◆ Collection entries

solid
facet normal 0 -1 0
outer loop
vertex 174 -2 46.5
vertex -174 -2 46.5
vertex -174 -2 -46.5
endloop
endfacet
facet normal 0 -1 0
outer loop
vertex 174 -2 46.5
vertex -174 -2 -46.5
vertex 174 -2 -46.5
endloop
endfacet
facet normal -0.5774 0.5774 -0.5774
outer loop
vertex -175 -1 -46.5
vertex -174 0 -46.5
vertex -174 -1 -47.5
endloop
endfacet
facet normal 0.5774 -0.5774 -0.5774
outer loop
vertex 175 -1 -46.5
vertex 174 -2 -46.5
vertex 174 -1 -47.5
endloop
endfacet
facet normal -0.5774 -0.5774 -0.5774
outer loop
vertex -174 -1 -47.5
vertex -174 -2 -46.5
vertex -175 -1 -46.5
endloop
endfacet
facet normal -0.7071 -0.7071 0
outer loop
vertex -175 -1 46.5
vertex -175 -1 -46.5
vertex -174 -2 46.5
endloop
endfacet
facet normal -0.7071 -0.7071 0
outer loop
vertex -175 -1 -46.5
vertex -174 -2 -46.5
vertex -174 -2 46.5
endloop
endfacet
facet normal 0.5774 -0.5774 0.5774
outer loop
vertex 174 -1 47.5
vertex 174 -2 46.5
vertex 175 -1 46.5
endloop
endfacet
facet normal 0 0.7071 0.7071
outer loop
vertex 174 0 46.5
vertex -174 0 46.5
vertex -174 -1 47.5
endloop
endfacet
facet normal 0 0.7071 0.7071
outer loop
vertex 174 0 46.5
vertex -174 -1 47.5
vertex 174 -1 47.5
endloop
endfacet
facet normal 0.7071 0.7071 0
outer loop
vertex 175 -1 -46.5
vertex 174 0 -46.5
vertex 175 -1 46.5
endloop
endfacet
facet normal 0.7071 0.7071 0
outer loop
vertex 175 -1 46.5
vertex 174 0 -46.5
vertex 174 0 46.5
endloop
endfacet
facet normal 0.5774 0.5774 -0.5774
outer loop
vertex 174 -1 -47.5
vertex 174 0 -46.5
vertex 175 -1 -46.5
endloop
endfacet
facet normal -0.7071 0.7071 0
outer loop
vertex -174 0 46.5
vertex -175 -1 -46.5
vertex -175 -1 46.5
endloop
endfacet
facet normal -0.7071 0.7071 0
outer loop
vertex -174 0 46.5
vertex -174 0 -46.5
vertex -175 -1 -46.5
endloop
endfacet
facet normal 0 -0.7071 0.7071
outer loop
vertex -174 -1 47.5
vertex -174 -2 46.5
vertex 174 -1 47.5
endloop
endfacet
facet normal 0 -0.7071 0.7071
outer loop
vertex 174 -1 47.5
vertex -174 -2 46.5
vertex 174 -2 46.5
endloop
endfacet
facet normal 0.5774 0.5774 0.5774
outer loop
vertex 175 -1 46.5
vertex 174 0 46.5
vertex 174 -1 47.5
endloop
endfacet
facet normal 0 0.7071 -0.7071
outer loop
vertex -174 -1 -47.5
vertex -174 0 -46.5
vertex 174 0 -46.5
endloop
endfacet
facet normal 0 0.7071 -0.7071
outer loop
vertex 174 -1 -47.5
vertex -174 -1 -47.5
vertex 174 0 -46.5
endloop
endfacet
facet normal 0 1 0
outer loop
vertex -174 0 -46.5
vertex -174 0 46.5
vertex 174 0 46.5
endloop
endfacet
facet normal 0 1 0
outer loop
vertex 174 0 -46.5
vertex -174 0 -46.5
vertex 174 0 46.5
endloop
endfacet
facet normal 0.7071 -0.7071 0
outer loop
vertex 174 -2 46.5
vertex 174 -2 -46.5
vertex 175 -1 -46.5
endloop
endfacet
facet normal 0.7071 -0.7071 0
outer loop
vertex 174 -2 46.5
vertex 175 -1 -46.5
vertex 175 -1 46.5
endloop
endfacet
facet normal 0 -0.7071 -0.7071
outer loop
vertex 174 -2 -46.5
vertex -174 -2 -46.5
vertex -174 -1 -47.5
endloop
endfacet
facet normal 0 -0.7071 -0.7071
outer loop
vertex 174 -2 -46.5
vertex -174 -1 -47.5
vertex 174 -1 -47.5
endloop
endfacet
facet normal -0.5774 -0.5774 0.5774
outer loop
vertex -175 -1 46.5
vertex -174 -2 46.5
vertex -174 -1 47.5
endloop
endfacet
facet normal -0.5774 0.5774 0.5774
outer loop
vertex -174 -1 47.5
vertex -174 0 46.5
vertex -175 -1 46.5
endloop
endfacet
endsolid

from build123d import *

# Parameters (mm, degrees)
F0_W     = 350
F0_H     = 95
F1_DEPTH = 2
F2_SIZE  = 0.99999


# Not quite as in the source:
# - a fillet or chamfer is up to 0.001 mm smaller than in the source, because OpenCascade refuses the exact size


with BuildPart() as f1:
    # F0 (on Front) → F1 (new body)
    with BuildSketch(Plane.XZ):
        Rectangle(F0_W, F0_H)
    extrude(amount=F1_DEPTH)

    # F2 (size 1 in the source; OpenCascade refuses exactly that, so slightly less here)
    f2_edges = [f1.edges().sort_by_distance(p)[0] for p in [
        (-175, -2, 0),
        (0, -2, 47.5),
        (0, -2, -47.5),
        (175, -2, 0),
        (-175, 0, 0),
        (0, 0, 47.5),
        (175, 0, 0),
        (0, 0, -47.5),
        (175, -1, -47.5),
        (175, -1, 47.5),
        (-175, -1, -47.5),
        (-175, -1, 47.5),
    ]]
    chamfer(f2_edges, length=F2_SIZE)


solid = f1.part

◆ Exercise details
Repeat every line of the data precisely.

◆ Exercise solution
solid
facet normal 0 -1 0
outer loop
vertex 174 -2 46.5
vertex -174 -2 46.5
vertex -174 -2 -46.5
endloop
endfacet
facet normal 0 -1 0
outer loop
vertex 174 -2 46.5
vertex -174 -2 -46.5
vertex 174 -2 -46.5
endloop
endfacet
facet normal -0.5774 0.5774 -0.5774
outer loop
vertex -175 -1 -46.5
vertex -174 0 -46.5
vertex -174 -1 -47.5
endloop
endfacet
facet normal 0.5774 -0.5774 -0.5774
outer loop
vertex 175 -1 -46.5
vertex 174 -2 -46.5
vertex 174 -1 -47.5
endloop
endfacet
facet normal -0.5774 -0.5774 -0.5774
outer loop
vertex -174 -1 -47.5
vertex -174 -2 -46.5
vertex -175 -1 -46.5
endloop
endfacet
facet normal -0.7071 -0.7071 0
outer loop
vertex -175 -1 46.5
vertex -175 -1 -46.5
vertex -174 -2 46.5
endloop
endfacet
facet normal -0.7071 -0.7071 0
outer loop
vertex -175 -1 -46.5
vertex -174 -2 -46.5
vertex -174 -2 46.5
endloop
endfacet
facet normal 0.5774 -0.5774 0.5774
outer loop
vertex 174 -1 47.5
vertex 174 -2 46.5
vertex 175 -1 46.5
endloop
endfacet
facet normal 0 0.7071 0.7071
outer loop
vertex 174 0 46.5
vertex -174 0 46.5
vertex -174 -1 47.5
endloop
endfacet
facet normal 0 0.7071 0.7071
outer loop
vertex 174 0 46.5
vertex -174 -1 47.5
vertex 174 -1 47.5
endloop
endfacet
facet normal 0.7071 0.7071 0
outer loop
vertex 175 -1 -46.5
vertex 174 0 -46.5
vertex 175 -1 46.5
endloop
endfacet
facet normal 0.7071 0.7071 0
outer loop
vertex 175 -1 46.5
vertex 174 0 -46.5
vertex 174 0 46.5
endloop
endfacet
facet normal 0.5774 0.5774 -0.5774
outer loop
vertex 174 -1 -47.5
vertex 174 0 -46.5
vertex 175 -1 -46.5
endloop
endfacet
facet normal -0.7071 0.7071 0
outer loop
vertex -174 0 46.5
vertex -175 -1 -46.5
vertex -175 -1 46.5
endloop
endfacet
facet normal -0.7071 0.7071 0
outer loop
vertex -174 0 46.5
vertex -174 0 -46.5
vertex -175 -1 -46.5
endloop
endfacet
facet normal 0 -0.7071 0.7071
outer loop
vertex -174 -1 47.5
vertex -174 -2 46.5
vertex 174 -1 47.5
endloop
endfacet
facet normal 0 -0.7071 0.7071
outer loop
vertex 174 -1 47.5
vertex -174 -2 46.5
vertex 174 -2 46.5
endloop
endfacet
facet normal 0.5774 0.5774 0.5774
outer loop
vertex 175 -1 46.5
vertex 174 0 46.5
vertex 174 -1 47.5
endloop
endfacet
facet normal 0 0.7071 -0.7071
outer loop
vertex -174 -1 -47.5
vertex -174 0 -46.5
vertex 174 0 -46.5
endloop
endfacet
facet normal 0 0.7071 -0.7071
outer loop
vertex 174 -1 -47.5
vertex -174 -1 -47.5
vertex 174 0 -46.5
endloop
endfacet
facet normal 0 1 0
outer loop
vertex -174 0 -46.5
vertex -174 0 46.5
vertex 174 0 46.5
endloop
endfacet
facet normal 0 1 0
outer loop
vertex 174 0 -46.5
vertex -174 0 -46.5
vertex 174 0 46.5
endloop
endfacet
facet normal 0.7071 -0.7071 0
outer loop
vertex 174 -2 46.5
vertex 174 -2 -46.5
vertex 175 -1 -46.5
endloop
endfacet
facet normal 0.7071 -0.7071 0
outer loop
vertex 174 -2 46.5
vertex 175 -1 -46.5
vertex 175 -1 46.5
endloop
endfacet
facet normal 0 -0.7071 -0.7071
outer loop
vertex 174 -2 -46.5
vertex -174 -2 -46.5
vertex -174 -1 -47.5
endloop
endfacet
facet normal 0 -0.7071 -0.7071
outer loop
vertex 174 -2 -46.5
vertex -174 -1 -47.5
vertex 174 -1 -47.5
endloop
endfacet
facet normal -0.5774 -0.5774 0.5774
outer loop
vertex -175 -1 46.5
vertex -174 -2 46.5
vertex -174 -1 47.5
endloop
endfacet
facet normal -0.5774 0.5774 0.5774
outer loop
vertex -174 -1 47.5
vertex -174 0 46.5
vertex -175 -1 46.5
endloop
endfacet
endsolid

from build123d import *

# Parameters (mm, degrees)
F0_W     = 350
F0_H     = 95
F1_DEPTH = 2
F2_SIZE  = 0.99999


# Not quite as in the source:
# - a fillet or chamfer is up to 0.001 mm smaller than in the source, because OpenCascade refuses the exact size


with BuildPart() as f1:
    # F0 (on Front) → F1 (new body)
    with BuildSketch(Plane.XZ):
        Rectangle(F0_W, F0_H)
    extrude(amount=F1_DEPTH)

    # F2 (size 1 in the source; OpenCascade refuses exactly that, so slightly less here)
    f2_edges = [f1.edges().sort_by_distance(p)[0] for p in [
        (-175, -2, 0),
        (0, -2, 47.5),
        (0, -2, -47.5),
        (175, -2, 0),
        (-175, 0, 0),
        (0, 0, 47.5),
        (175, 0, 0),
        (0, 0, -47.5),
        (175, -1, -47.5),
        (175, -1, 47.5),
        (-175, -1, -47.5),
        (-175, -1, 47.5),
    ]]
    chamfer(f2_edges, length=F2_SIZE)


solid = f1.part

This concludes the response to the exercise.